过年了,在愈来愈淡的年味中不知为何又想起小时的年景,特别是在老屋过年,记忆始终是这么深刻。
父亲一共搬了四次家,其中在 一个连队就搬了三次,那时都是公家的营房,第一次是从一间房搬到了一间半房,那时还小,尚处有学前阶段,记不得太多的事,但凡记得就是老人们后来说的,我是如何调皮,如何让家人不省心,过年的时候,放电影的来了,大人们哄我睡着,把我锁在家中,然后去看电影,没想到我居然可以从窗子出去,并且在放电影的地方找到父母站在他们的身后,把大人们吓一跳,那时候有个电影看就是最大的娱乐和享受了。在连队的营房里,我们家住了大概有十三年吧。

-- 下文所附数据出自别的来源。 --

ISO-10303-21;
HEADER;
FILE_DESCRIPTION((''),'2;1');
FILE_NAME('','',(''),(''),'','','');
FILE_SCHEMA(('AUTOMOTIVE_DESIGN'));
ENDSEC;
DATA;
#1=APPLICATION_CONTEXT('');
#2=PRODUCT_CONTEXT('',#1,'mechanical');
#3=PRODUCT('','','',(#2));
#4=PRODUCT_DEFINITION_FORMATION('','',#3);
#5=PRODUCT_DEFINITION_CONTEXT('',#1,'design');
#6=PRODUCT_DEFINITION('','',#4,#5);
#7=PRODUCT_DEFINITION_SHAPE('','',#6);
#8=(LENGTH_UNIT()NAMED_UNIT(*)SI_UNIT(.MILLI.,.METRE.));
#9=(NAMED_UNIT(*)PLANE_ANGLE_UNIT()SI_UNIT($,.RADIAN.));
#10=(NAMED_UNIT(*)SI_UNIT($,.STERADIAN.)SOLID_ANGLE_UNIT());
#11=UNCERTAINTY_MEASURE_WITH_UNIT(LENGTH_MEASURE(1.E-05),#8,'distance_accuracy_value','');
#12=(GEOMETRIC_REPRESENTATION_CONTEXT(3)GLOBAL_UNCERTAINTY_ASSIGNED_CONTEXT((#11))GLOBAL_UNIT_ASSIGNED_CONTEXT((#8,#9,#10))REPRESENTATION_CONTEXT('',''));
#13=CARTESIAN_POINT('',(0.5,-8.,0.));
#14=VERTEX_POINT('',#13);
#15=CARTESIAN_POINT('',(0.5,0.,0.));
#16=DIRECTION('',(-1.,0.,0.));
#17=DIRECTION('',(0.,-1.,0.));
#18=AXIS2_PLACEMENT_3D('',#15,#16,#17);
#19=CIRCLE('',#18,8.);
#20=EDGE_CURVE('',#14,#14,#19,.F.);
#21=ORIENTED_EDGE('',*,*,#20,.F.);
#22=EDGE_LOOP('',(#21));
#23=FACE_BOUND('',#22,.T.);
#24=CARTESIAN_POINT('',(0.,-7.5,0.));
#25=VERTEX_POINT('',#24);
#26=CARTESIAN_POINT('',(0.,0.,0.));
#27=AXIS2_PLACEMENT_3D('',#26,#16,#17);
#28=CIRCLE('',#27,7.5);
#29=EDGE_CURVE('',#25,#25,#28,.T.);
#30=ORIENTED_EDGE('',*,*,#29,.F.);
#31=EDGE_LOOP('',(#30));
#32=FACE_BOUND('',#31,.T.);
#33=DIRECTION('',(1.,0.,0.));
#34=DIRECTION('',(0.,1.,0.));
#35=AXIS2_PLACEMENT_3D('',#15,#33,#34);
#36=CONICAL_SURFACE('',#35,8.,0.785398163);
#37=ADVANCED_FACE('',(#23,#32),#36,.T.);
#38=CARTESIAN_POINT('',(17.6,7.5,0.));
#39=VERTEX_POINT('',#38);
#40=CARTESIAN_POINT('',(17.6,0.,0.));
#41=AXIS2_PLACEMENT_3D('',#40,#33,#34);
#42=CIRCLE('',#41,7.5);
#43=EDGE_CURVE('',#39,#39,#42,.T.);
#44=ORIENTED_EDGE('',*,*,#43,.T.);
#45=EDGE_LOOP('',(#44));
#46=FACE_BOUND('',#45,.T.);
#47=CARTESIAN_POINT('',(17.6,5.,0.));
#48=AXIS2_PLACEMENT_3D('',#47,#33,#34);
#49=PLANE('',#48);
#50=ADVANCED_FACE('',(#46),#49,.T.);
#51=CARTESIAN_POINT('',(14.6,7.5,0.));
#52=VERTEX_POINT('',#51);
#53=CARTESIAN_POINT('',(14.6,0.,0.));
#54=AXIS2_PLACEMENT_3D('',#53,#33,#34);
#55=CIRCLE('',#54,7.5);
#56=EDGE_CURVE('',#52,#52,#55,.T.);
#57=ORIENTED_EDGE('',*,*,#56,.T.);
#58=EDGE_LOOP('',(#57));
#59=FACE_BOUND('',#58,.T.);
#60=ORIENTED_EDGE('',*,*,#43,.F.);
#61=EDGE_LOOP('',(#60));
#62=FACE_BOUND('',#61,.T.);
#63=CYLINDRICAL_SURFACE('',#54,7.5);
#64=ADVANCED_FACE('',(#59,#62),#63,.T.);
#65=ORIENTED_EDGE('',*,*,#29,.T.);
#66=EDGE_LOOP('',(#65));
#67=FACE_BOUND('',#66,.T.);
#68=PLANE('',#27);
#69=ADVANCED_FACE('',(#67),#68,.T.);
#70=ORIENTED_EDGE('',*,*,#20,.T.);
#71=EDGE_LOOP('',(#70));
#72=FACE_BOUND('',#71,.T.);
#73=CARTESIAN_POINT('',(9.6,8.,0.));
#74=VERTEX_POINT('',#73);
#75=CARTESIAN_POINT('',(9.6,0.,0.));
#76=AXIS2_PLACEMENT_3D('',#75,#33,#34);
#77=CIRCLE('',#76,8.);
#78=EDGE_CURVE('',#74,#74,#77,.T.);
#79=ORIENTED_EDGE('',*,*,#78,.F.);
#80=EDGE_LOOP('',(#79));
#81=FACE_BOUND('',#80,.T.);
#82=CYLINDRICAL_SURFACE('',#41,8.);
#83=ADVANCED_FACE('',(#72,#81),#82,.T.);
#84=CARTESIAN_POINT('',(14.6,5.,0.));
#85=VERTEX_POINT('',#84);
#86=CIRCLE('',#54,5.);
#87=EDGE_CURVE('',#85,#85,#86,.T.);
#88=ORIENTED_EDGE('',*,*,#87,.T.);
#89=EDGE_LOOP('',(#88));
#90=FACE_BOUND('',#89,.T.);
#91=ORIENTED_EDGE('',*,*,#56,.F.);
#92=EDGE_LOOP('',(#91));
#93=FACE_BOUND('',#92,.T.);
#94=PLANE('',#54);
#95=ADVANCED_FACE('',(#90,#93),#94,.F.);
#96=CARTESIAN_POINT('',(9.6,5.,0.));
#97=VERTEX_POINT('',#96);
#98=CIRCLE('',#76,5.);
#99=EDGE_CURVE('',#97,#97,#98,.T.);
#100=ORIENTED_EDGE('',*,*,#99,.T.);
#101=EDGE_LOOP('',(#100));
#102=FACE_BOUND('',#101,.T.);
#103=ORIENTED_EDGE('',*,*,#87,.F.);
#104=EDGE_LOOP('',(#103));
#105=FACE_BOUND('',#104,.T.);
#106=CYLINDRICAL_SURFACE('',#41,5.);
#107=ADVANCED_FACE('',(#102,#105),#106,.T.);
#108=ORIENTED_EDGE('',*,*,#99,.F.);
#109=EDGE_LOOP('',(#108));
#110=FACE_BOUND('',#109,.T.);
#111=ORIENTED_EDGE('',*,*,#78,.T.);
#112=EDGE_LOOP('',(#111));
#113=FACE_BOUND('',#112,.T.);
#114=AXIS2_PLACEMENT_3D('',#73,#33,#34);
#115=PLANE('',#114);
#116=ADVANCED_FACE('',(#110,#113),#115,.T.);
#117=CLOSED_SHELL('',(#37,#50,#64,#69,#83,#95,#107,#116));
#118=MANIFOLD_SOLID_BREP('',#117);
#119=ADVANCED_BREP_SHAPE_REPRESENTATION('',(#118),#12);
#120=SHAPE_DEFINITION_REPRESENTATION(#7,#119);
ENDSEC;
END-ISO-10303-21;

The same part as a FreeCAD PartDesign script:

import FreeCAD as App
import Part
import Sketcher

V = App.Vector


def edges_at(feature, points):
    """Names of the edges that pass closest to the given points."""
    edges = feature.Shape.Edges
    near = lambda p: min(range(len(edges)), key=lambda i: edges[i].distToShape(Part.Vertex(*p))[0])
    return sorted({f"Edge{near(p) + 1}" for p in points})


def add_polygon(sketch, points):
    """Adds a closed chain of lines whose ends are joined by coincident constraints."""
    first, n = sketch.GeometryCount, len(points)
    for a, b in zip(points, points[1:] + points[:1]):
        sketch.addGeometry(Part.LineSegment(App.Vector(*a, 0), App.Vector(*b, 0)), False)
    for i in range(n):
        sketch.addConstraint(Sketcher.Constraint("Coincident", first + i, 2, first + (i + 1) % n, 1))

doc = App.newDocument("Part")
body = doc.addObject("PartDesign::Body", "Body")

sketch1 = doc.addObject("Sketcher::SketchObject", "Sketch")
body.addObject(sketch1)
sketch1.AttachmentSupport = (doc.XY_Plane, [""])
sketch1.MapMode = "FlatFace"
add_polygon(sketch1, [(0, 8), (0, 0), (17.6, 0), (17.6, 5), (9.6, 5), (9.6, 8)])
sketch1.addConstraint([
    Sketcher.Constraint("Vertical", 0),
    Sketcher.Constraint("Horizontal", 1),
    Sketcher.Constraint("Vertical", 2),
    Sketcher.Constraint("Horizontal", 3),
    Sketcher.Constraint("Vertical", 4),
    Sketcher.Constraint("Horizontal", 5),
    Sketcher.Constraint("Coincident", 0, 2, -1, 1),
    Sketcher.Constraint("Equal", 3, 0),
    Sketcher.Constraint("DistanceX", 3, 2, 3, 1, 8.0),
    Sketcher.Constraint("DistanceY", 2, 1, 2, 2, 5.0),
    Sketcher.Constraint("DistanceX", 1, 1, 1, 2, 17.6),
])
revolution = doc.addObject("PartDesign::Revolution", "Revolution")
body.addObject(revolution)
revolution.Profile = sketch1
revolution.ReferenceAxis = (sketch1, ["H_Axis"])
revolution.Angle = 360
doc.recompute()

chamfer = doc.addObject("PartDesign::Chamfer", "Chamfer")
body.addObject(chamfer)
chamfer.Base = (revolution, edges_at(revolution, [(0, -8, 0)]))
chamfer.Size = 0.5

sketch2 = doc.addObject("Sketcher::SketchObject", "Sketch001")
body.addObject(sketch2)
sketch2.AttachmentSupport = (doc.YZ_Plane, [""])
sketch2.MapMode = "FlatFace"
sketch2.AttachmentOffset = App.Placement(V(0, 0, 17.6), App.Rotation())
sketch2.addGeometry([
    Part.Circle(V(0, 0, 0), V(0, 0, 1), 8),
    Part.Circle(V(0, 0, 0), V(0, 0, 1), 5),
], False)
sketch2.addConstraint([
    Sketcher.Constraint("Coincident", 0, 3, -1, 1),
    Sketcher.Constraint("Coincident", 1, 3, -1, 1),
    Sketcher.Constraint("Diameter", 0, 15.0),
    Sketcher.Constraint("Diameter", 1, 10.0),
])
pad1 = doc.addObject("PartDesign::Pad", "Pad")
body.addObject(pad1)
pad1.Profile = sketch2
pad1.Length = 3
pad1.Reversed = True

doc.recompute()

80年代初,兴办家庭农场的政策来了,于是父亲就在连队外面盖房子,当时都是自己打土块,自己当小工,请一个大工,就可以盖房了,母亲是能干的,无论什么活都学得会,我只是记得大人们辛苦了一年,高兴得说我们家有了四间房了,那时放学就想去新房看看,还在分呢,哪一间是我的,终于住进了新房,第一次在新房过年,放炮的时候,吓得不行,只有父亲点炮,呵呵,家无男孩子的恐怕都是这样吧。在这儿一住又是大概15年吧,每年过年前,最痛苦的事情就是扫雪,房顶的积雪,房前屋后的积雪,都要打扫干净,只有大干苦干,虽然累,但是也是很有成就感的,现在想起来,倒是一件值得念想的事情了,因为,现在是没有机会这样干了。那时也盼过年,因为母亲每年过年做腊肉,那个香啊,现在一想还会流口水,为了吃好的穿新衣,就会很听话,叫干啥干啥。
过年就是一个盼字,想过年。
新世纪了,父亲搬进了楼房,子女们都成了家,这时过年,图的就是一家团圆,热热闹闹地吃团圆饭,没有了别的想法,我们的孩子图的是放炮,想想当年我都不敢点的炮,现在的他们那么的热爱,这也就是差距吧。
父母年龄都大了,一到过年,全家聚齐的时候,他们脸上的皱纹里都绽放着笑容,这种幸福,或者才是真正的年味啊!